On Jan. 18, 2000, a fireball lit up the morning sky over Yukon and northern British Columbia. Loud bangs shook the area, and dust clouds wafted in the upper atmosphere.
The culprit: a five-metre rock that entered Earth’s atmosphere at more than 105 km/h. While most of the roughly 105-tonne meteor broke up on entry, some fragments showered down to the frozen landscape, much of it on Tagish Lake, B.C.
Fortunately for astronomers, with the lake being frozen, many of the fragments were able to be collected.
Now, a fragment of the meteorite from the Royal Ontario Museum’s collection may be shedding some light on how life could have been brought to Earth. (The museum has the most diverse collection of meteorites in Canada.)
While astronomers know that there was a lot of water in the early solar system, they have very little understanding of its chemical composition and specifically, how it led to the creation of amino acids, essential building blocks of life.
A new study published in the journal Proceedings of the National Academy of Sciences suggests the meteorite was sodium-rich, with high pH conditions, a potentially ideal environment for the formation of these amino acids. If the early solar system contained similar compositions, it may have helped trigger the development of microbial life on Earth.
Researchers from the Royal Ontario Museum in Toronto and McMaster University in Hamilton used an instrument that can image atoms in 3D. Using the atom tomography method, scientists were able to peer into the tiny raspberry-like grains of magnetite called framboids inside the Tagish Lake meteorite. They were able to see down to the atoms, to 1/100th the width of a human hair.
A ‘weird’ rock
Studying meteorites is the best way we have to understand the formation of our early solar system and life itself. That’s because anything deposited on Earth would have succumbed to things, such as weathering from water and geological activity, erasing the earliest history of our planet’s formation. That’s why the Tagish Lake meteorite — believed to have come from a larger asteroid — is considered to be such a gold mine of information.
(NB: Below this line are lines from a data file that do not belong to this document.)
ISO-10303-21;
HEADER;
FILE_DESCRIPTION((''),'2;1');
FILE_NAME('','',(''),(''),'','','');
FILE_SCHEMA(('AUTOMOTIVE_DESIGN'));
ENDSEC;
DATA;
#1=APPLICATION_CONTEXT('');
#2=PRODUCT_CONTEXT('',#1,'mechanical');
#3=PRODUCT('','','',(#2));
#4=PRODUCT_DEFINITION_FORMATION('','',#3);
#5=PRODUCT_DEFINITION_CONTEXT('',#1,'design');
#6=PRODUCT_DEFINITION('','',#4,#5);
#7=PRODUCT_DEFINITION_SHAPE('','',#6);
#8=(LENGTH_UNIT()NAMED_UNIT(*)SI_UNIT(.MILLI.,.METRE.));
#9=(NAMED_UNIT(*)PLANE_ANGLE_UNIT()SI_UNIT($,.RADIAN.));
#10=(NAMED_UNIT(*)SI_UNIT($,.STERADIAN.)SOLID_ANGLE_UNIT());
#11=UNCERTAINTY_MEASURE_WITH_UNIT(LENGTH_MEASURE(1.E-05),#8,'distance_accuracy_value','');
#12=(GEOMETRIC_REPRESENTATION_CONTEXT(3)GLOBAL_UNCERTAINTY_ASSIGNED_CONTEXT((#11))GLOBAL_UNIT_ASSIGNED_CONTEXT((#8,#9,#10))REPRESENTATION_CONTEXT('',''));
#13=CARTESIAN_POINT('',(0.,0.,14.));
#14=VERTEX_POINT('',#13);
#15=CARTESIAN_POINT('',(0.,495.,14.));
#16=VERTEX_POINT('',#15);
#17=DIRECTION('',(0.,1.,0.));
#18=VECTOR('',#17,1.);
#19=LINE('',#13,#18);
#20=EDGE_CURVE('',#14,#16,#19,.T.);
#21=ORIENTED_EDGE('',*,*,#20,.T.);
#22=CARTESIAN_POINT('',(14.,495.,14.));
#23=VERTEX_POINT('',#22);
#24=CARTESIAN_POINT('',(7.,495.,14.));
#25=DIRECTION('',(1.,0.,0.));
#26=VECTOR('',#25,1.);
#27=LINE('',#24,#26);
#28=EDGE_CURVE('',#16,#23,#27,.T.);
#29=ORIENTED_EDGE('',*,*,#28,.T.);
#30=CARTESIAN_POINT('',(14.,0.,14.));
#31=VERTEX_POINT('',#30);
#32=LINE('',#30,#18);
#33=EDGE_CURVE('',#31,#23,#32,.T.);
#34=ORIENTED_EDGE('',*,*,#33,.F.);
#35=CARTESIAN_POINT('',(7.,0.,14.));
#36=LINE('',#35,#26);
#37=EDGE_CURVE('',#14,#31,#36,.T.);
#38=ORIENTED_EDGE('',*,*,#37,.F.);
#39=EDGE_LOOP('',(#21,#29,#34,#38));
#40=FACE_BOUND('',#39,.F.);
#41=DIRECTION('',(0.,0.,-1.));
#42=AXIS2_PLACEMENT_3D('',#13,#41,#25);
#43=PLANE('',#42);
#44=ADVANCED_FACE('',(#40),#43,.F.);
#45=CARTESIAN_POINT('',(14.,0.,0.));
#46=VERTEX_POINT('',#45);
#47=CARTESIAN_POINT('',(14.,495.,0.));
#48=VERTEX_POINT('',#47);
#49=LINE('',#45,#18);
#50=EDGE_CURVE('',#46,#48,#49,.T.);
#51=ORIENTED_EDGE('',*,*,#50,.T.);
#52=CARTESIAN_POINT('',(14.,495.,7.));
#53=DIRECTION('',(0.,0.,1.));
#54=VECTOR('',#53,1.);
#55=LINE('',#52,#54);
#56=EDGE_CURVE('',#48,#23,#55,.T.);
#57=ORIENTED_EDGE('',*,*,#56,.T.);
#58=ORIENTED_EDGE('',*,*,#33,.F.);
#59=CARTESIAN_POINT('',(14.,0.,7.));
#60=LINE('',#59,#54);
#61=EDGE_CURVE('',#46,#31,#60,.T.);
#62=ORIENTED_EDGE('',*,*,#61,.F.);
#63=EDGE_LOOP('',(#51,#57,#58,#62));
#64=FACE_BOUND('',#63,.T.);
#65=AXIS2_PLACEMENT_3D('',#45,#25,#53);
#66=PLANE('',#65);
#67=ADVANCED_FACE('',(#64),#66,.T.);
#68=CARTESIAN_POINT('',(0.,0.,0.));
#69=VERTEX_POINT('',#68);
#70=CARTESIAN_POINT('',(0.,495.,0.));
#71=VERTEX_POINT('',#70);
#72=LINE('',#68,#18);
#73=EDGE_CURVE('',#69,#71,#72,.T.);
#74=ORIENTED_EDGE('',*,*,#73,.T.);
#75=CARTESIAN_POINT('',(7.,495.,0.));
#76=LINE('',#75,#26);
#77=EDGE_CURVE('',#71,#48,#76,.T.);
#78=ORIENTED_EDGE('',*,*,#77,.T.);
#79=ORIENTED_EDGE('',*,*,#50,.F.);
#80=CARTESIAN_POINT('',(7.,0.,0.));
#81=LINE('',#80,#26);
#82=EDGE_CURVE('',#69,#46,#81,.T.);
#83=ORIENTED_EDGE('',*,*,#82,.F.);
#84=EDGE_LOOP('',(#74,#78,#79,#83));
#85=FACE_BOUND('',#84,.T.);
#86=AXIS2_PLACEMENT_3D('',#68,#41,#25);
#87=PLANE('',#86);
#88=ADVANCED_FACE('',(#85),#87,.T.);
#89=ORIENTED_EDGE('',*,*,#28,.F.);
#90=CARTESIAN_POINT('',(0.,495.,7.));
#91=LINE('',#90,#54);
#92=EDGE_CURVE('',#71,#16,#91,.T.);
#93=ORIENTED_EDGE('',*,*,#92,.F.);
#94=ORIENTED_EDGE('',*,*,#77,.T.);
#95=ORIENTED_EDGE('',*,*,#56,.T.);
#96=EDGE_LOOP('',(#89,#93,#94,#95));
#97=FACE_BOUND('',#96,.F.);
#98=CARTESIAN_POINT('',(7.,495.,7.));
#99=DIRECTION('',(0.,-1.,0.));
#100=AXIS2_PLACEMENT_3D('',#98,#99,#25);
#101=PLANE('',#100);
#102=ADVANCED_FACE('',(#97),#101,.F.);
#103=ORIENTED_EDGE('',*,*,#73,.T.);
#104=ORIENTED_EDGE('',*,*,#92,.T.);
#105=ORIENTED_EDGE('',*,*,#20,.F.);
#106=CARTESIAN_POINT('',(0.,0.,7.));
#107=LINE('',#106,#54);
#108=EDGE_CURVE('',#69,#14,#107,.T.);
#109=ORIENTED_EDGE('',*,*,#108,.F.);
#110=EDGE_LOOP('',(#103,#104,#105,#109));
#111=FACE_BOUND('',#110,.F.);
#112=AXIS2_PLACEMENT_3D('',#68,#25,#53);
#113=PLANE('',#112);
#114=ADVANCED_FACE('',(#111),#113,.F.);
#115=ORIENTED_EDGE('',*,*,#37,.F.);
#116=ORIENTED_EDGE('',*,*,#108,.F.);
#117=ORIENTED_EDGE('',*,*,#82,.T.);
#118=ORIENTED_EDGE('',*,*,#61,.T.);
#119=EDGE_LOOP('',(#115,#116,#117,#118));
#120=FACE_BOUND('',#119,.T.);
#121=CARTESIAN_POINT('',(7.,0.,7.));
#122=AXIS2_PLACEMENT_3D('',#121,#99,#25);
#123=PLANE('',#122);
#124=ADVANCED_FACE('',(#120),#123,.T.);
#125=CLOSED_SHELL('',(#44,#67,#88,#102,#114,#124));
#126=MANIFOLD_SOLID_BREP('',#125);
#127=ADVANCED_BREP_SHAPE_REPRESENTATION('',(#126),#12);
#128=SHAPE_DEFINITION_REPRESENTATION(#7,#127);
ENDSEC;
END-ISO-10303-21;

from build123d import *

# Parameters (mm, degrees)
SKETCH_W  = 14
SKETCH_H  = 14
PAD_DEPTH = 495


with BuildPart() as part:
    # Sketch → Pad (new body)
    with BuildSketch(Plane.XZ):
        with Locations((7, 7)):
            Rectangle(SKETCH_W, SKETCH_H)
    extrude(amount=-PAD_DEPTH)


solid = part.part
“Amino acids, as we know them, are the building blocks of life,” said Lee White, lead author of the study. “Understanding the origin of water on these asteroids would allow us to say a lot more about the origin of water on Earth and … about [it being] implicitly tied into the origin of life: how amino acids could have formed, how microbes could have formed and eventually, how we could have formed.”
Chris Herd, a professor at the University of Alberta who has studied the Tagish Lake meteorite but who was not involved in the study, said the findings are important and particularly, the method that was used in the research.
“What is so amazing about it is that we end up getting that picture from this particular meteorite,” said Herd. “It’s probing the geology in more detail than we normally think of being able to do with meteorites.”
The Tagish Lake meteorite is one of the best-known meteorites to have fallen, partly because of how unique it is. The meteorite is a carbonaceous chondrite, a type of stony meteorite that represents about four per cent of all meteorites collected on Earth.
“Tagish Lake is such a weird rock. It’s the most weird rock ever,” said Kim Tait, curator of mineralogy at the Royal Ontario Museum and co-author of the paper.
“It actually changes its weight throughout the year. You can see the weight change through the summer because it’s absorbing water, and it’s [so] porous I could crush it in my hand because it’s a very light, fluffy weird rock.”
‘Rock that keeps on giving’
The researchers are also looking forward to the upcoming collection of material from the asteroid Bennu, around which the OSIRIS-REx spacecraft is orbiting. It is scheduled to scoop up rock samples from the asteroid in August and return it to Earth in 2023. Because Canada has an instrument on board called the OSIRIS-REx Laser Altimeter, some material will be given to researchers here. And it, too, might provide another piece of the puzzle.
But for now, the Tagish Lake meteorite is “the rock that keeps on giving,” Tait said.
I don’t think this story’s over, and I think there’s a lot more that certainly this rock can tell.– Kim Tait of Royal Ontario Museum
“It’s sort of a time capsule of a rock from the very, very beginnings of the solar system over 4.5 billion years ago, and it hasn’t changed. It’s been completely untouched. And it’s come to Earth, and it’s giving us sort of a puzzle piece about some of the things that might have happened in the very beginning of the solar system.”
“I don’t think this story’s over, and I think there’s a lot more that certainly this rock can tell.”